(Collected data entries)
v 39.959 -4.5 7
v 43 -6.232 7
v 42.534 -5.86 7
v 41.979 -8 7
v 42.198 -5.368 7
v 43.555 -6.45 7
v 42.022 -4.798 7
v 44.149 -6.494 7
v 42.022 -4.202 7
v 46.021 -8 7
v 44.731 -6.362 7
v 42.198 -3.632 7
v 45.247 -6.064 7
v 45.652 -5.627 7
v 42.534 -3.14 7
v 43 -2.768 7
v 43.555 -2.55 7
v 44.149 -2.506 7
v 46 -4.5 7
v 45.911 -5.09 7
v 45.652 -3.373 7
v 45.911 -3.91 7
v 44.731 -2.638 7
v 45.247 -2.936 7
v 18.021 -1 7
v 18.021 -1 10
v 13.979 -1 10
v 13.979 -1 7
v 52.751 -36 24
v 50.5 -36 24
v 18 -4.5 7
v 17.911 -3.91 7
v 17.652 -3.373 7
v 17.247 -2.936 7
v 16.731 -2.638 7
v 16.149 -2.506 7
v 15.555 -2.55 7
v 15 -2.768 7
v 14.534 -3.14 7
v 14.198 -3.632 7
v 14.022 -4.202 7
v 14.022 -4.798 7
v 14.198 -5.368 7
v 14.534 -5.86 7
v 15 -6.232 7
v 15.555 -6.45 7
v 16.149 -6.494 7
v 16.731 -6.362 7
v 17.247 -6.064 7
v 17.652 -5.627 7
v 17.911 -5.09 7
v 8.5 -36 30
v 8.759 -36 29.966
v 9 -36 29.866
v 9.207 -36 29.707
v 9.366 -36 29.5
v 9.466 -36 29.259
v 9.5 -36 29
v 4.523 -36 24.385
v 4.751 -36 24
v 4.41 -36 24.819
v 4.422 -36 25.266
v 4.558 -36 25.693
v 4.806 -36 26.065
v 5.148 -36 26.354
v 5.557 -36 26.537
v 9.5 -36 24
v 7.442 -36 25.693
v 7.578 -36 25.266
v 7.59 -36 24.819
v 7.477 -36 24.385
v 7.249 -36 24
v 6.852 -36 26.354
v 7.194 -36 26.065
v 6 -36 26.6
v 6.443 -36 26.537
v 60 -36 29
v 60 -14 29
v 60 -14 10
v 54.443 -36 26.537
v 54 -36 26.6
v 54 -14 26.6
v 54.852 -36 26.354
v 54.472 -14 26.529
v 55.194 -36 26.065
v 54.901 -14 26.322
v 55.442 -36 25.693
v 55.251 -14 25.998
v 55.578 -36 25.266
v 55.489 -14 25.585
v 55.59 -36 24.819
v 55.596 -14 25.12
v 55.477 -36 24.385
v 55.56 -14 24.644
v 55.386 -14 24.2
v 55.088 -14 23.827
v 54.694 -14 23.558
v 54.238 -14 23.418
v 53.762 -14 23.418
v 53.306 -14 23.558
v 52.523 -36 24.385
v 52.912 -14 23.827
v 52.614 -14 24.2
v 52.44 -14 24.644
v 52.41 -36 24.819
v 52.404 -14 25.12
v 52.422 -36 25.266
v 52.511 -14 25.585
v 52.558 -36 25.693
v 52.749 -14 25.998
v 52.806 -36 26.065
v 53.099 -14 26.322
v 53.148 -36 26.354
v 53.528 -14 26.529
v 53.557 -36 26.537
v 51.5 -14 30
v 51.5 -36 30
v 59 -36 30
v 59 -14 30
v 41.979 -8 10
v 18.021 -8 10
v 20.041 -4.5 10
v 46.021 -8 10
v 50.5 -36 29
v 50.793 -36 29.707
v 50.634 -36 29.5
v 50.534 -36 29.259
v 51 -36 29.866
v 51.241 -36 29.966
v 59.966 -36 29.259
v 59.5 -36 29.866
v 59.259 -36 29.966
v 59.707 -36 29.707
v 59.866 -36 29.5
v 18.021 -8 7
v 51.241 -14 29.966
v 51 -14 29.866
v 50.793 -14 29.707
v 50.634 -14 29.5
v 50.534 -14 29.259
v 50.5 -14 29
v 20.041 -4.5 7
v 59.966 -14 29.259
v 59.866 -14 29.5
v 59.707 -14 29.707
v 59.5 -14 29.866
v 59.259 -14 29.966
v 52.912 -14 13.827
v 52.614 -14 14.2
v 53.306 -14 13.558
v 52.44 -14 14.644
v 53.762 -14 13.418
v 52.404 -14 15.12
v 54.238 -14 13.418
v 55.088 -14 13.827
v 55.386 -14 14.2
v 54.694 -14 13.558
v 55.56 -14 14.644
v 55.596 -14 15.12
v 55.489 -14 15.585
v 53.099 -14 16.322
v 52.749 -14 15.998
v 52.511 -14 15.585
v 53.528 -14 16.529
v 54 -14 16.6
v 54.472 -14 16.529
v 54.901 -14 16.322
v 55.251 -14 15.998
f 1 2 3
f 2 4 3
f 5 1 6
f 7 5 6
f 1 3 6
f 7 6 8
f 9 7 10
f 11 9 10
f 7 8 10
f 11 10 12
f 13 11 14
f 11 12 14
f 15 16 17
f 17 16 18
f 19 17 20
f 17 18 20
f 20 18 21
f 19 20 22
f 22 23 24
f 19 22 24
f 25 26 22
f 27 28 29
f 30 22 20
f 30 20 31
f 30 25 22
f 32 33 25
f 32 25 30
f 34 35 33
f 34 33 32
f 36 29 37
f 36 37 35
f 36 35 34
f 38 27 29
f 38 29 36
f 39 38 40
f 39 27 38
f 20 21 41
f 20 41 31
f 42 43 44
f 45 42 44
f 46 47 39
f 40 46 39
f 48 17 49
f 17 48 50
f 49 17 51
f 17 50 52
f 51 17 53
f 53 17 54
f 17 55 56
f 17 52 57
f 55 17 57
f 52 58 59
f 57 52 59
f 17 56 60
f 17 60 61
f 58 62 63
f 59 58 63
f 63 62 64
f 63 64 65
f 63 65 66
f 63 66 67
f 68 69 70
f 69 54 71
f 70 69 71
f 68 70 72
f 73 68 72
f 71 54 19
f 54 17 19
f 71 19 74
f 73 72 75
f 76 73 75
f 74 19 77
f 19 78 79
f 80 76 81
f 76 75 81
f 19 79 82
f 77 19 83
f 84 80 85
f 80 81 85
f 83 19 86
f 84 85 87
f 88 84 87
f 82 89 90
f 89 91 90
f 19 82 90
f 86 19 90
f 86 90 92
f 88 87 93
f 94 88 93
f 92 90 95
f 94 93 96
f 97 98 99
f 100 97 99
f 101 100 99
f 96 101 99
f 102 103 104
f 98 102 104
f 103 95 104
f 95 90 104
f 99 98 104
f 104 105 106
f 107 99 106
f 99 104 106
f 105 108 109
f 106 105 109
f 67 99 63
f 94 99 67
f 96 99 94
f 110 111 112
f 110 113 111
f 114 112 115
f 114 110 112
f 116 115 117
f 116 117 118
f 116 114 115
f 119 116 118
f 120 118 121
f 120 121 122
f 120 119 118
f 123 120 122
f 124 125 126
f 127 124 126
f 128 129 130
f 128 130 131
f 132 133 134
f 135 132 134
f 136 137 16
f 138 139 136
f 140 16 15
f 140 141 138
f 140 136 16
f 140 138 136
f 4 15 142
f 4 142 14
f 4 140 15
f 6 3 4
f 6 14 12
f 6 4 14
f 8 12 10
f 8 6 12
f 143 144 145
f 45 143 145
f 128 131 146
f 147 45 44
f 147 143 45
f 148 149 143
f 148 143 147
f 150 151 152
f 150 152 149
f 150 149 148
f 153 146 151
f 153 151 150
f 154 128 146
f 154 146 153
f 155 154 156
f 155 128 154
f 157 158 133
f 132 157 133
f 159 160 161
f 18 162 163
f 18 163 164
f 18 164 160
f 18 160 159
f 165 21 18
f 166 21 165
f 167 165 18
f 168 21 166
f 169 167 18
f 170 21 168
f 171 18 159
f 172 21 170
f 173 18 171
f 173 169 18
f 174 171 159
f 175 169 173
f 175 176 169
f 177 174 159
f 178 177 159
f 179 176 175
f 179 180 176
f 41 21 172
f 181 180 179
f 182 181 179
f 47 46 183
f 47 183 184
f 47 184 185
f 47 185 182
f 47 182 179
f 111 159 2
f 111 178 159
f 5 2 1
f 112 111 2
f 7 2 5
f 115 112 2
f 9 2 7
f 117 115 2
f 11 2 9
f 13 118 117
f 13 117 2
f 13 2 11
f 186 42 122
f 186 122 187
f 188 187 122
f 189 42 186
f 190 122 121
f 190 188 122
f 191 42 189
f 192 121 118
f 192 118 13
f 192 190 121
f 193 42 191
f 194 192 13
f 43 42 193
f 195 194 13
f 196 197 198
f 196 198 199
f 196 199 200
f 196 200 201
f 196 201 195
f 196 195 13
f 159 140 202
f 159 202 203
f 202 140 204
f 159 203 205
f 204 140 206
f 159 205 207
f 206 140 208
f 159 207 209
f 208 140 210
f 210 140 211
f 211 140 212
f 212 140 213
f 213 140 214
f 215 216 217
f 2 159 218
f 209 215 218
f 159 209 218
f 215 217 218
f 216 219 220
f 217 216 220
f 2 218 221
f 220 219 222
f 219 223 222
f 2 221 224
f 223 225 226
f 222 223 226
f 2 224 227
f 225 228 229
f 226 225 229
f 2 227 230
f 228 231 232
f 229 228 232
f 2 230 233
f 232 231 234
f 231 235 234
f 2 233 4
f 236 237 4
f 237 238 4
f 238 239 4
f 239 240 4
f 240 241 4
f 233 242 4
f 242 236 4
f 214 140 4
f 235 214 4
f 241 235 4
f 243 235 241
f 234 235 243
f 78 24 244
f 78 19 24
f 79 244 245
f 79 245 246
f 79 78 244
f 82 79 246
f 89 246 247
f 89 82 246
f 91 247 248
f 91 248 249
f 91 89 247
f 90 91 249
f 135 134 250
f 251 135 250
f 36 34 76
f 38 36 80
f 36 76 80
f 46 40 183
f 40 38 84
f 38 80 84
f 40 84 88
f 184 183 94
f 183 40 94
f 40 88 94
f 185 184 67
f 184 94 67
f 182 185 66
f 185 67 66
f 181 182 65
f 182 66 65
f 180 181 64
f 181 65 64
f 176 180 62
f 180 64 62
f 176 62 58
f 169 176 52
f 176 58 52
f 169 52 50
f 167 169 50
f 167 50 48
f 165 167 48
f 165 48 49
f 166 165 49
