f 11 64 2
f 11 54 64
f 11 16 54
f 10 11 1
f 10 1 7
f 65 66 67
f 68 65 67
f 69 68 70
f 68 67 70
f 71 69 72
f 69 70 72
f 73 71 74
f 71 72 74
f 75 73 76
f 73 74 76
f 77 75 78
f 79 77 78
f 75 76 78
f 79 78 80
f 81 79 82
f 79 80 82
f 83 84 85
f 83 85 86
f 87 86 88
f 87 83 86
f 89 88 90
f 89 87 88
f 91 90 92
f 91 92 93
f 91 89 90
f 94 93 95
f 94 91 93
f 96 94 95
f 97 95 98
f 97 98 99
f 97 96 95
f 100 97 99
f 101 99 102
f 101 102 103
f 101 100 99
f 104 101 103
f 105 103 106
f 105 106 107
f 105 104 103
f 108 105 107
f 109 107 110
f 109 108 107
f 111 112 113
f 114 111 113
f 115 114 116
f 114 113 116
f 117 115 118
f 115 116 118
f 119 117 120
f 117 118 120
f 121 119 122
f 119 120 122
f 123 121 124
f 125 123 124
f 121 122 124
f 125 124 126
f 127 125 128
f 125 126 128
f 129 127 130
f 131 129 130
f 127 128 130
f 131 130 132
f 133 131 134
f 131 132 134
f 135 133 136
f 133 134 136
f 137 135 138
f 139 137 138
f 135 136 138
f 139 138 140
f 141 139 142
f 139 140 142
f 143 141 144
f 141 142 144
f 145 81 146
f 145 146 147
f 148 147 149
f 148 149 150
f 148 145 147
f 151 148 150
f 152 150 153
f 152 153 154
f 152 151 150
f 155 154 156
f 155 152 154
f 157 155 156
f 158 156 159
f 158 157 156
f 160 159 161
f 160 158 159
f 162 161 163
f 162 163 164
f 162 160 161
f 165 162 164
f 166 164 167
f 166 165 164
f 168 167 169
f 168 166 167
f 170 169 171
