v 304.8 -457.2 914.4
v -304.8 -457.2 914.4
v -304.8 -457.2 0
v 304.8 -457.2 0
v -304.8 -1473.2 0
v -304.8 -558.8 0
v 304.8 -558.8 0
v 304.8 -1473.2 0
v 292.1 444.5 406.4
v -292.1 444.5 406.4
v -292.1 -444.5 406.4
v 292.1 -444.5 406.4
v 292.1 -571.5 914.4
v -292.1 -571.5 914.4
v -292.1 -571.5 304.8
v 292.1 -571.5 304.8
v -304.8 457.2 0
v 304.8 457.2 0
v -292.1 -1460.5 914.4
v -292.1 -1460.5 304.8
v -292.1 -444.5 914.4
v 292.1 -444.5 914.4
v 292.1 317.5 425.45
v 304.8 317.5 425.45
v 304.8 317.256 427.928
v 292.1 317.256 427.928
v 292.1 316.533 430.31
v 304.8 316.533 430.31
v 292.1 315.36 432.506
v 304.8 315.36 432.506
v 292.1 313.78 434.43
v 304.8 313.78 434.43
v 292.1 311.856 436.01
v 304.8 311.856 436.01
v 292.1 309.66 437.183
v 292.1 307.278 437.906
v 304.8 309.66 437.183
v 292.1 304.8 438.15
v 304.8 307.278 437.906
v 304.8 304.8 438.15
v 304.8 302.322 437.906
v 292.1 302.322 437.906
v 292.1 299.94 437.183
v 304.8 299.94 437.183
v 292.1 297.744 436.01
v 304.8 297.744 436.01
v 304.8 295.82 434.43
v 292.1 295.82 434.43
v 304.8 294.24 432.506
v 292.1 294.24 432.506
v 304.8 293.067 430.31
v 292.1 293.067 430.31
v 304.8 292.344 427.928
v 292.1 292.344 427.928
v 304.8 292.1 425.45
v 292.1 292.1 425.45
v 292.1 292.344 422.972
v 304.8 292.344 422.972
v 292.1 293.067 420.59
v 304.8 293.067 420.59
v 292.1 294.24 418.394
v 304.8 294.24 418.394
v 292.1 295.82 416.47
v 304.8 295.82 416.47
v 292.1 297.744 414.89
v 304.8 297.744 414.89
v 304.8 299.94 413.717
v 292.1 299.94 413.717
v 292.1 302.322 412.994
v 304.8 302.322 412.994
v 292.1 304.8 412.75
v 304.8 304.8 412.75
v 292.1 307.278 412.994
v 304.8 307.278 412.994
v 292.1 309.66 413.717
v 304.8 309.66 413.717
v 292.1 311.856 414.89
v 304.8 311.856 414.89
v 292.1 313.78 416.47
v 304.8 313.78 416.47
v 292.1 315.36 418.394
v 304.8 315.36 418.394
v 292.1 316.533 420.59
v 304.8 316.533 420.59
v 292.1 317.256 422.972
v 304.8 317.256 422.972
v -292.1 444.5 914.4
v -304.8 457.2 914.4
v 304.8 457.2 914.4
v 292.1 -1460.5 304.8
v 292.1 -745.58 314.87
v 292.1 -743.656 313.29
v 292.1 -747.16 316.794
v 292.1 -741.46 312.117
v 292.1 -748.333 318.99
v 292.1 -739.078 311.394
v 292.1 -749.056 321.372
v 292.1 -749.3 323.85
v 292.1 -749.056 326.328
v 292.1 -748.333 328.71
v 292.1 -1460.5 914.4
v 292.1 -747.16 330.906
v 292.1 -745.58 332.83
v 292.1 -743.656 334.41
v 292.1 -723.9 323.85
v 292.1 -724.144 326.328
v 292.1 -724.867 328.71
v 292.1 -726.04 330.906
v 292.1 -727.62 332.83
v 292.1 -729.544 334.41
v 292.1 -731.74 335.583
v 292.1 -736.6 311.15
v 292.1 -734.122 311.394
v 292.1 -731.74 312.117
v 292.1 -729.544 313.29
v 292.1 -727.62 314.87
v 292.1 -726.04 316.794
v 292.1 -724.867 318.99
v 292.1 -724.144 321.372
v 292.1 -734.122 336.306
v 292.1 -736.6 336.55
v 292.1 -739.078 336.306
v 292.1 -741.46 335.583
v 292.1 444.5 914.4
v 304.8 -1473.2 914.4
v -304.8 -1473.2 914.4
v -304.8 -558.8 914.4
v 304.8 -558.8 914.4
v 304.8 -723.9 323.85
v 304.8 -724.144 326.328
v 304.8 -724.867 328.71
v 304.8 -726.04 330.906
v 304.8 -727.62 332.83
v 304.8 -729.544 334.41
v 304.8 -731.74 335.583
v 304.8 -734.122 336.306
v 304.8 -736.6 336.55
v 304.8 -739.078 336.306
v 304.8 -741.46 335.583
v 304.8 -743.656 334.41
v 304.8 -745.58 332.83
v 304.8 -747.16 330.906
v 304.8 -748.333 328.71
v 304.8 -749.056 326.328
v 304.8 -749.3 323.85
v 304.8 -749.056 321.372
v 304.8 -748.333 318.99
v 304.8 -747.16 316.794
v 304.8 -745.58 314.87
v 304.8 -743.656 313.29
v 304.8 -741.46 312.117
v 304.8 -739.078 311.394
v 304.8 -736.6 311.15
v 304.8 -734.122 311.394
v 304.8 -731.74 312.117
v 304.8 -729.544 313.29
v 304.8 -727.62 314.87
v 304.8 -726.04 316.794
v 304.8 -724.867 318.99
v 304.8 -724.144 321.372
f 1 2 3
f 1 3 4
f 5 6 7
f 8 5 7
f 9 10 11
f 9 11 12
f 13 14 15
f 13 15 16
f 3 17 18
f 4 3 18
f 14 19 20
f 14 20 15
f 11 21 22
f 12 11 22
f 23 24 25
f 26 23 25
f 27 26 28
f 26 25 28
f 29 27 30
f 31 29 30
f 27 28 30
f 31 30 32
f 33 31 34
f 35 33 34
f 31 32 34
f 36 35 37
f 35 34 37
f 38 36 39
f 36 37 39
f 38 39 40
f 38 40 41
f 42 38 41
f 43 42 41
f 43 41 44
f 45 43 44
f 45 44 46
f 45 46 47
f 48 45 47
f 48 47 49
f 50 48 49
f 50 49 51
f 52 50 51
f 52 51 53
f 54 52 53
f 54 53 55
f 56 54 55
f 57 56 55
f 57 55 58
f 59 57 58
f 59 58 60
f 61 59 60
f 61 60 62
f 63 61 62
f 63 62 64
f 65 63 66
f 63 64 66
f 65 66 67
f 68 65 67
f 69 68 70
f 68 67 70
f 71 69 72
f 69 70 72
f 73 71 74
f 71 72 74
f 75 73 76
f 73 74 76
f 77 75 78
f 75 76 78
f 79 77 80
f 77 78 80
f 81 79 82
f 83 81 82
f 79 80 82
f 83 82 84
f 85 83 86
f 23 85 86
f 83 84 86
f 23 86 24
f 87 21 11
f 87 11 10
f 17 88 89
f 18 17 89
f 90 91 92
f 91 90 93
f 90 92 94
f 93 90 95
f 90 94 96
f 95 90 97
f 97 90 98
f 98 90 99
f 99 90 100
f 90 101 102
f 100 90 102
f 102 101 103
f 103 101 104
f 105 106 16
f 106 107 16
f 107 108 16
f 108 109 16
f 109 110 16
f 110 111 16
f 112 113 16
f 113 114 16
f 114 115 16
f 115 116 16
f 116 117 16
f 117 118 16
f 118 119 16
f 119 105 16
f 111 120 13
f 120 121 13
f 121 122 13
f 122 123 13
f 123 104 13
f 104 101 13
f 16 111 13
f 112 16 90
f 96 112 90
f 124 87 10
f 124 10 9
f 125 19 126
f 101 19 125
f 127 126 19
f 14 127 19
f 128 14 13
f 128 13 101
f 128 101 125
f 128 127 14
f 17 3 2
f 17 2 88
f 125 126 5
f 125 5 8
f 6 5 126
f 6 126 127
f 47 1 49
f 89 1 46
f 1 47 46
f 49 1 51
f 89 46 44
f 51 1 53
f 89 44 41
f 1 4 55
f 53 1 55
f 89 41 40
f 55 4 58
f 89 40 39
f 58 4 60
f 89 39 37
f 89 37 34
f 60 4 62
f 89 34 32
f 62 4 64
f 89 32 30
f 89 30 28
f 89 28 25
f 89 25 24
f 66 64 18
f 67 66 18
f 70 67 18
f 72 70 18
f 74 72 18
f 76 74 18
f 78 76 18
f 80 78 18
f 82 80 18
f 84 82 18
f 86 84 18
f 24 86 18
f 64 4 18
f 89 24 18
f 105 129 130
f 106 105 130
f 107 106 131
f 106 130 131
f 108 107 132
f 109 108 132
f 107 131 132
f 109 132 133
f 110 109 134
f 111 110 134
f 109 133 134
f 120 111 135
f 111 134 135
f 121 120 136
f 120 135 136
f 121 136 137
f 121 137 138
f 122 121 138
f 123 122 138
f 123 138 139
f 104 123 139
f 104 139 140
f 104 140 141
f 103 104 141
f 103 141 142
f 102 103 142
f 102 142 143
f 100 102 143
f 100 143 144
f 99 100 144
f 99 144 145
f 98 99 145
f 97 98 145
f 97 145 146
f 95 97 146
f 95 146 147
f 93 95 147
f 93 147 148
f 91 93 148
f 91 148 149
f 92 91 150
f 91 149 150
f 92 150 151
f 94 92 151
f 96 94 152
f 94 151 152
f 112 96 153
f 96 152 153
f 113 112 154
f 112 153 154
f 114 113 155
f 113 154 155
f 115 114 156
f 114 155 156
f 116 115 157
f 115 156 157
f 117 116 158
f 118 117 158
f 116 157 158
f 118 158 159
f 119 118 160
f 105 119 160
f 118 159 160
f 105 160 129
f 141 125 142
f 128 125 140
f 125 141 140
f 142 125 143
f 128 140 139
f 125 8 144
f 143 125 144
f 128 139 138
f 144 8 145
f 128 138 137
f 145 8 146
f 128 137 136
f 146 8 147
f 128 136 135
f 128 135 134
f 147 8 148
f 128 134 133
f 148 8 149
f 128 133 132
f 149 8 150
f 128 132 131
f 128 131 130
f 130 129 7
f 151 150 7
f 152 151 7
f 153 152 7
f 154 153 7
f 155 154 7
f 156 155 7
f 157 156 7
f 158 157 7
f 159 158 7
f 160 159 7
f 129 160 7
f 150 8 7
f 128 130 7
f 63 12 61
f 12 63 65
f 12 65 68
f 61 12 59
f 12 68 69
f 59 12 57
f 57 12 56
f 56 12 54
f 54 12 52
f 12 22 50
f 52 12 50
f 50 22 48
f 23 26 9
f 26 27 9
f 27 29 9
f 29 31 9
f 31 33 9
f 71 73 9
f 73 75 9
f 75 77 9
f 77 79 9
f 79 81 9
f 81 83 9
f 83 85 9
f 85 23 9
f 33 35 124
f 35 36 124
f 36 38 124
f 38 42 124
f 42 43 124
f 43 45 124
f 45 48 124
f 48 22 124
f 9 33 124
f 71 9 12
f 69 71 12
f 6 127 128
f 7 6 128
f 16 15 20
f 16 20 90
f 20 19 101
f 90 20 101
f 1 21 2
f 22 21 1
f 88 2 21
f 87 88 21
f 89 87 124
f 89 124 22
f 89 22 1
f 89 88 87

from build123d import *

# Parameters (mm, degrees)
F0_W      = 609.6
F0_H      = 914.4
F1_DEPTH  = 914.4
F2_W      = 609.6
F2_H      = 914.4
F3_DEPTH  = 914.4
F4_W      = 584.2
F4_H      = 889
F5_DEPTH  = 508
F6_W      = 584.2
F6_H      = 889
F7_DEPTH  = 609.6
F8_R      = 12.7
F9_DEPTH  = 25.4
F10_R     = 12.7
F11_DEPTH = 25.4


with BuildPart() as f1:
    # F0 (on Top) → F1 (new body)
    with BuildSketch(Plane.XY):
        Rectangle(F0_W, F0_H)
    extrude(amount=F1_DEPTH)

    # F4 (on face) → F5 (cut)
    with BuildSketch(Plane.XY.offset(914.4)):
        Rectangle(F4_W, F4_H)
    extrude(amount=-F5_DEPTH, mode=Mode.SUBTRACT)

    # F8 (on face) → F9 (cut)
    with BuildSketch(Plane.YZ.offset(304.8)):
        with Locations((304.8, 425.45)):
            Circle(F8_R)
    extrude(amount=-F9_DEPTH, mode=Mode.SUBTRACT)


with BuildPart() as f3:
    # F2 (on Top) → F3 (new body)
    with BuildSketch(Plane.XY):
        with Locations((0, -1016)):
            Rectangle(F2_W, F2_H)
    extrude(amount=F3_DEPTH)

    # F6 (on face) → F7 (cut)
    with BuildSketch(Plane.XY.offset(914.4)):
        with Locations((0, -1016)):
            Rectangle(F6_W, F6_H)
    extrude(amount=-F7_DEPTH, mode=Mode.SUBTRACT)

    # F10 (on face) → F11 (cut)
    with BuildSketch(Plane.YZ.offset(304.8)):
        with Locations((-736.6, 323.85)):
            Circle(F10_R)
    extrude(amount=-F11_DEPTH, mode=Mode.SUBTRACT)


solid = Compound([f1.part, f3.part])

● **Goal of the exercise**
In the entries above, find the line holding "v 18.021 -1 10" and the line holding "v 55.59 -36 24.819", then retype exactly those two lines and every line between them, and nothing else.

● **Answer for the task**
v 18.021 -1 10
v 13.979 -1 10
v 13.979 -1 7
v 52.751 -36 24
v 50.5 -36 24
v 18 -4.5 7
v 17.911 -3.91 7
v 17.652 -3.373 7
v 17.247 -2.936 7
v 16.731 -2.638 7
v 16.149 -2.506 7
v 15.555 -2.55 7
v 15 -2.768 7
v 14.534 -3.14 7
v 14.198 -3.632 7
v 14.022 -4.202 7
v 14.022 -4.798 7
v 14.198 -5.368 7
v 14.534 -5.86 7
v 15 -6.232 7
v 15.555 -6.45 7
v 16.149 -6.494 7
v 16.731 -6.362 7
v 17.247 -6.064 7
v 17.652 -5.627 7
v 17.911 -5.09 7
v 8.5 -36 30
v 8.759 -36 29.966
v 9 -36 29.866
v 9.207 -36 29.707
v 9.366 -36 29.5
v 9.466 -36 29.259
v 9.5 -36 29
v 4.523 -36 24.385
v 4.751 -36 24
v 4.41 -36 24.819
v 4.422 -36 25.266
v 4.558 -36 25.693
v 4.806 -36 26.065
v 5.148 -36 26.354
v 5.557 -36 26.537
v 9.5 -36 24
v 7.442 -36 25.693
v 7.578 -36 25.266
v 7.59 -36 24.819
v 7.477 -36 24.385
v 7.249 -36 24
v 6.852 -36 26.354
v 7.194 -36 26.065
v 6 -36 26.6
v 6.443 -36 26.537
v 60 -36 29
v 60 -14 29
v 60 -14 10
v 54.443 -36 26.537
v 54 -36 26.6
v 54 -14 26.6
v 54.852 -36 26.354
v 54.472 -14 26.529
v 55.194 -36 26.065
v 54.901 -14 26.322
v 55.442 -36 25.693
v 55.251 -14 25.998
v 55.578 -36 25.266
v 55.489 -14 25.585
v 55.59 -36 24.819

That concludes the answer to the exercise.